-La expansión coincide con un contexto de debilitamiento de los mecanismos globales de control de armas.
Un reportaje del The New York Times muestra nuevas imágenes satelitales analizadas por expertos en inteligencia geoespacial donde se observa la ampliación y modernización de instalaciones vinculadas al programa nuclear de China en la provincia de Sichuan.
El reportaje, publicado por The New York Times, documenta obras recientes en complejos ubicados en valles montañosos del suroeste del país, asociadas con la producción y ensayo de componentes para armas atómicas.
Identifica actividad en sitios conocidos como Zitong y Pingtong, donde se observan nuevas estructuras subterráneas, sistemas de ventilación industrial y áreas de prueba.

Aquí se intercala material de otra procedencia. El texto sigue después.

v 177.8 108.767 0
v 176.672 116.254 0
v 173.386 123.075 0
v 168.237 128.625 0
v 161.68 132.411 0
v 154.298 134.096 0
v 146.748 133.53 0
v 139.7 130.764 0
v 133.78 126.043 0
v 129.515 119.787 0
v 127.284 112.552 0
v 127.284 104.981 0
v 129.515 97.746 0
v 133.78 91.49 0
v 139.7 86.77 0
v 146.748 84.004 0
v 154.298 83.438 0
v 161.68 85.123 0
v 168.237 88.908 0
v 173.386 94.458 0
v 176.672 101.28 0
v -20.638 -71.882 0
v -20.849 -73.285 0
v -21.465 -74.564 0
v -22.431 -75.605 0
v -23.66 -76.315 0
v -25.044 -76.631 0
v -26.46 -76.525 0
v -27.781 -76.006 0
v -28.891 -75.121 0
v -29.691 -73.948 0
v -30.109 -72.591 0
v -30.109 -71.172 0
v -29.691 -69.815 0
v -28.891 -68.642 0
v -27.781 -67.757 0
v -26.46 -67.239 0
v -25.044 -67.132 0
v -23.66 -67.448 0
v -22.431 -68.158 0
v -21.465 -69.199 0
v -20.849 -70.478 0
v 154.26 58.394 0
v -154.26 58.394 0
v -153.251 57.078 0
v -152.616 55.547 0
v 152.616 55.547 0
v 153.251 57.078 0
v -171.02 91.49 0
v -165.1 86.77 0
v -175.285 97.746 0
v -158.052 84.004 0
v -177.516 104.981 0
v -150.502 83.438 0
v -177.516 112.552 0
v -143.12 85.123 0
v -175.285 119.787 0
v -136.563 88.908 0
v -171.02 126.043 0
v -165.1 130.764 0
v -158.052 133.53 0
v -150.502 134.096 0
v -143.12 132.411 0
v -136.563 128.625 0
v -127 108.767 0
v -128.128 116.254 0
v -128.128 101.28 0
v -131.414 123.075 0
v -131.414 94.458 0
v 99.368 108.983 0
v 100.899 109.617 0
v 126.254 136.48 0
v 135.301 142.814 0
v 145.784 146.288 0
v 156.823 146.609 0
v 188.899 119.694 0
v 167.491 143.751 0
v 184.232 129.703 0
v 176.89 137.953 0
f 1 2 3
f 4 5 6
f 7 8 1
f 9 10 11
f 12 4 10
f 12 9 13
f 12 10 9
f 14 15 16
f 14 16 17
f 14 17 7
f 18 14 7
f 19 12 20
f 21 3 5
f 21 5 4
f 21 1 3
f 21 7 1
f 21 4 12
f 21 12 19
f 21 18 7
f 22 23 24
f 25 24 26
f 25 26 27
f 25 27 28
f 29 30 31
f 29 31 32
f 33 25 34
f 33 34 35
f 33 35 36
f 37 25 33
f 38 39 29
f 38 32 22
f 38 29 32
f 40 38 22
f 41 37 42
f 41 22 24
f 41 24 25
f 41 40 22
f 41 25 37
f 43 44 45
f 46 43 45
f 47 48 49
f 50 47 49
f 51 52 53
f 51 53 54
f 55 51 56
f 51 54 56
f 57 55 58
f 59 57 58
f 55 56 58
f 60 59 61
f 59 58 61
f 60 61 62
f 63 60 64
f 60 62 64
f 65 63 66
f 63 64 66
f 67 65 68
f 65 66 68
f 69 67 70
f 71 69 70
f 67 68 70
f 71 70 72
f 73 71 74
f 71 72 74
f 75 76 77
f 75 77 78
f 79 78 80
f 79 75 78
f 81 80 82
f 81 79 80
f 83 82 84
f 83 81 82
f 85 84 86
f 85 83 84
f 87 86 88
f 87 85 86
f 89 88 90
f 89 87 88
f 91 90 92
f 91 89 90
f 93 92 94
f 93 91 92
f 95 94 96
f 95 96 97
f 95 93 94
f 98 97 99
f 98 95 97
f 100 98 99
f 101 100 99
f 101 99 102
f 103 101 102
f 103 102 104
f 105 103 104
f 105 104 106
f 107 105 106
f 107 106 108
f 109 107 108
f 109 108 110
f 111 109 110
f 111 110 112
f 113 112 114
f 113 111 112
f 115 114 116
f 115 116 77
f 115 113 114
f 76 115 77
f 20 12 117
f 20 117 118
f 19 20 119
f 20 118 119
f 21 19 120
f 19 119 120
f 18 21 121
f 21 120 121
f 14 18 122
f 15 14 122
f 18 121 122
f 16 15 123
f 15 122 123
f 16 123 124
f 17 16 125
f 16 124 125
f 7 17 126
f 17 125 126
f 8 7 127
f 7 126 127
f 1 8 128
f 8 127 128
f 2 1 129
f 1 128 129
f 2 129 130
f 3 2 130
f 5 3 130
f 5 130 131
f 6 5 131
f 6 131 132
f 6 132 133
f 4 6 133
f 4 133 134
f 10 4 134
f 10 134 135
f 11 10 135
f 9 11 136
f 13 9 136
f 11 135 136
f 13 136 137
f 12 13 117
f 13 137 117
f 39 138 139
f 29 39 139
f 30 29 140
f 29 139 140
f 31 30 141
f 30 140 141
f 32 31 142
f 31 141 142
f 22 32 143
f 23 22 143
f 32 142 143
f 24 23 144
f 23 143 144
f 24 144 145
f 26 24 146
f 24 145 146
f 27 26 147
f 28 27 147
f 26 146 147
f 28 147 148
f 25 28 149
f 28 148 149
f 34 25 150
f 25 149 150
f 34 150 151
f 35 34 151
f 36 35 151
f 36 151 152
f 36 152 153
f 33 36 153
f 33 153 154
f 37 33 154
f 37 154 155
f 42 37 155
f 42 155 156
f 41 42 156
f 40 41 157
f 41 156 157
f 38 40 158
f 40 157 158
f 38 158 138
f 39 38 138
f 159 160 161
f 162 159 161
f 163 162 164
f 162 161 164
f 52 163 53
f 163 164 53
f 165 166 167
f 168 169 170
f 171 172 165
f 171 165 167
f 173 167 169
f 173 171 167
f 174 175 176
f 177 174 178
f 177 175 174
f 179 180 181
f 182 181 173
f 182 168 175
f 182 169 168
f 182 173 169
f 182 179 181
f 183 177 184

Especialistas consultados señalan que estas características son compatibles con procesos relacionados con la fabricación de ojivas nucleares y pruebas de explosivos de alta potencia.

En el complejo de Pingtong, las imágenes muestran un perímetro reforzado y un edificio principal con una torre de ventilación superior a los 100 metros de altura. En los últimos años se han añadido sistemas de disipación térmica y nuevas áreas cerradas. El diseño arquitectónico es similar al de otras instalaciones dedicadas a la producción de “pits”, el núcleo metálico de las ojivas que suele contener plutonio.
En el valle de Zitong, el material satelital revela la construcción de búnkeres, taludes de protección y zonas de contención. Según especialistas, estos espacios podrían utilizarse para pruebas con explosivos convencionales de alta potencia, necesarias para perfeccionar el mecanismo de implosión que activa una reacción nuclear dentro de una ojiva.
Expertos advierten que las imágenes satelitales permiten identificar expansión de infraestructura nuclear, pero no determinan el volumen de producción de armas. El alcance real del crecimiento del arsenal nuclear chino sigue siendo objeto de evaluación en informes de defensa internacionales.

Desde aproximadamente 2019, analistas observan una aceleración en la modernización militar y en la construcción de nuevas infraestructuras vinculadas al programa nuclear de China. En la ciudad de Mianyang también se ha desarrollado un laboratorio de ignición láser destinado al estudio de materiales nucleares sin necesidad de detonaciones reales.
La expansión coincide con un contexto de debilitamiento de los mecanismos globales de control de armas. Tras la expiración del último tratado de reducción de arsenales entre Estados Unidos y Rusia, Washington ha planteado que cualquier nuevo acuerdo debería incluir a Beijing, postura que el gobierno chino ha rechazado.
De acuerdo con estimaciones del Departamento de Defensa de Estados Unidos, China contaba con más de 600 ojivas nucleares a finales de 2024 y podría aproximarse a 1.000 hacia 2030. Aunque esa cifra es inferior a la de Estados Unidos y Rusia, el ritmo de crecimiento ha generado debate en foros de seguridad internacional.